An advertising graphic moves across the bottom of a television screen during a sporting game, changing direction to attract viewer attention. The position of the graphic is modelled by \[x(t) = \frac{1}{3}t^3 - 7t^2 + 40t\] where \(x\), in centimetres, is the position of the graphic relative to the left side of the screen, and \(t\), in seconds, is the time from when the graphic first appears on the screen.

The position of the graphic at integer time increments is given in the table below.
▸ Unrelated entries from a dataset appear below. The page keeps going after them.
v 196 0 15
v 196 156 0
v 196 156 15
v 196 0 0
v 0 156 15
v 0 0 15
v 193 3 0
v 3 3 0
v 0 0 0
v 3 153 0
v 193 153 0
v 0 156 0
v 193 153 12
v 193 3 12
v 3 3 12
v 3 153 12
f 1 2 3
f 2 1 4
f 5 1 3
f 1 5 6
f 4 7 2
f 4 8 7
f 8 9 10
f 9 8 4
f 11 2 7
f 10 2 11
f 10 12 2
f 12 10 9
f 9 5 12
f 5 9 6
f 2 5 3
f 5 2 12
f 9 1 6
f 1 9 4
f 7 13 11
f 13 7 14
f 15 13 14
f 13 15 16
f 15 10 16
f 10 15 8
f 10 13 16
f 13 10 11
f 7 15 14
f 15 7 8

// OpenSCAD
// TEMPLATE ONLY. Measure and edit before printing. Millimetres.
difference(){union(){
translate([0, 0, 0]) cube([196, 156, 15]);
}
translate([3, 3, -1]) cube([190, 150, 13]);
}
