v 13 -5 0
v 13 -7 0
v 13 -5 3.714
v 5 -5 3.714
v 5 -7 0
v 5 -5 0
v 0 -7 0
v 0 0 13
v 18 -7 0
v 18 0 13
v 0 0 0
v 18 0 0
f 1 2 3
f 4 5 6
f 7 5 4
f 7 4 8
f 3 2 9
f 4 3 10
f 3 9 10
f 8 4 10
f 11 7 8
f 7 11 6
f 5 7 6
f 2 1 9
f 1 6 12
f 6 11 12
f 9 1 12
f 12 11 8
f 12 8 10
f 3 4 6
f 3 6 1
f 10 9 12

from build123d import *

# Parameters (mm, degrees)
F0_W     = 18
F0_H     = 7
F1_DEPTH = 13
F2_W     = 8
F2_H     = 2
F3_DEPTH = 13.001
F5_DEPTH = 18.001


with BuildPart() as f1:
    # F0 (on Top) → F1 (new body)
    with BuildSketch(Plane.XY):
        with Locations((9, -3.5)):
            Rectangle(F0_W, F0_H)
    extrude(amount=F1_DEPTH)

    # F2 (on face) → F3 (cut, through all)
    with BuildSketch(Plane.XY.offset(13)):
        with Locations((9, -6)):
            Rectangle(F2_W, F2_H)
    extrude(amount=-F3_DEPTH, mode=Mode.SUBTRACT)

    # F4 (on face) → F5 (cut, through all)
    with BuildSketch(Plane.YZ.offset(18)):
        Polygon((-7, 0), (0, 13), (-7, 13), align=None)
    extrude(amount=-F5_DEPTH, mode=Mode.SUBTRACT)


solid = f1.part
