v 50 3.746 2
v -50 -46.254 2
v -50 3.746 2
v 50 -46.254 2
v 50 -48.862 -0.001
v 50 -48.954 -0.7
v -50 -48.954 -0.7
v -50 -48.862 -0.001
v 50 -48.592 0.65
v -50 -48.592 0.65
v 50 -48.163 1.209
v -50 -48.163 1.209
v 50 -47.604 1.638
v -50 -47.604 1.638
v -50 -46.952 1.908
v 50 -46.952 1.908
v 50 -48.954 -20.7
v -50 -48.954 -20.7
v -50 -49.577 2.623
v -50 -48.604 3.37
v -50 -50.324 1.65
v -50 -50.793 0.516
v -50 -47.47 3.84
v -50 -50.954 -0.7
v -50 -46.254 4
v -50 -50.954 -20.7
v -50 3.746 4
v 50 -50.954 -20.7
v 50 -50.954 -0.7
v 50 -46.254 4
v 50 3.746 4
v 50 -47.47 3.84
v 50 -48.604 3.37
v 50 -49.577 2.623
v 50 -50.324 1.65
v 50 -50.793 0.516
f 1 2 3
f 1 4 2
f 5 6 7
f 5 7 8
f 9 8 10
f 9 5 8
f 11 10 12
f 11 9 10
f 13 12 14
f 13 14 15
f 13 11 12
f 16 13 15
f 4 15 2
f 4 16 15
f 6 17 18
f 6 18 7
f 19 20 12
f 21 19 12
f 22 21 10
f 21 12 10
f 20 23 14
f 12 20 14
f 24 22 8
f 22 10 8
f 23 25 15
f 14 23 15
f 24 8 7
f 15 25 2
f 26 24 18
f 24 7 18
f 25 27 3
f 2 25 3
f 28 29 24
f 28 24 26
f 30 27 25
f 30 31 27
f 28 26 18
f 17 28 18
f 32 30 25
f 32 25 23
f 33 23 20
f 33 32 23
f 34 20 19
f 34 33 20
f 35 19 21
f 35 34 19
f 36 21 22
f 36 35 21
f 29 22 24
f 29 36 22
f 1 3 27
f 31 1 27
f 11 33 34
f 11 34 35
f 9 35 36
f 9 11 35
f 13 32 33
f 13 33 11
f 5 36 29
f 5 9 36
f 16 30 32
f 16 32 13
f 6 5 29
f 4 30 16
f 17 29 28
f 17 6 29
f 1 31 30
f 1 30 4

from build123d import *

# Parameters (mm, degrees)
BOSS_EXTRUDE1_DEPTH = 50


with BuildPart() as part:
    # Sketch1 → Boss-Extrude1 (new, symmetric)
    with BuildSketch(Plane(origin=(0, 0, 0), x_dir=(0, 0, -1), z_dir=(1, 0, 0))):
        with BuildLine():
            Line((-4, 3.746468452), (-4, -46.253531548))
            ThreePointArc((-4, -46.253531548), (-2.623401872, -49.57693342), (0.7, -50.953531548))
            Line((0.7, -50.953531548), (20.7, -50.953531548))
            Line((20.7, -50.953531548), (20.7, -48.953531548))
            Line((20.7, -48.953531548), (0.7, -48.953531548))
            ThreePointArc((0.7, -48.953531548), (-1.209188309, -48.162719858), (-2, -46.253531548))
            Line((-2, -46.253531548), (-2, 3.746468452))
            Line((-2, 3.746468452), (-4, 3.746468452))
        make_face()
    extrude(amount=BOSS_EXTRUDE1_DEPTH, both=True)


solid = part.part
\(\boldsymbol{t}\)	\(0\)	\(1\)	\(2\)	\(3\)	\(4\)	\(5\)	\(6\)	\(7\)
\(\boldsymbol{x(t)}\)	\(0\)	\(33\frac{1}{3}\)	\(54\frac{2}{3}\)	\(66\)	\(69\frac{1}{3}\)	\(66\frac{2}{3}\)	\(60\)	\(51\frac{1}{3}\)
\(\boldsymbol{t}\)	\(8\)	\(9\)	\(10\)	\(11\)	\(12\)	\(13\)	\(14\)	\(15\)
\(\boldsymbol{x(t)}\)	\(42\frac{2}{3}\)	\(36\)	\(33\frac{1}{3}\)	\(36\frac{2}{3}\)	\(48\)	\(69\frac{1}{3}\)	\(102\frac{2}{3}\)	\(150\)

(a) Determine the velocity of the graphic when it first appears on the screen. (2 marks)

(b) Is the graphic initially speeding up or slowing down? Justify your answer. (2 marks)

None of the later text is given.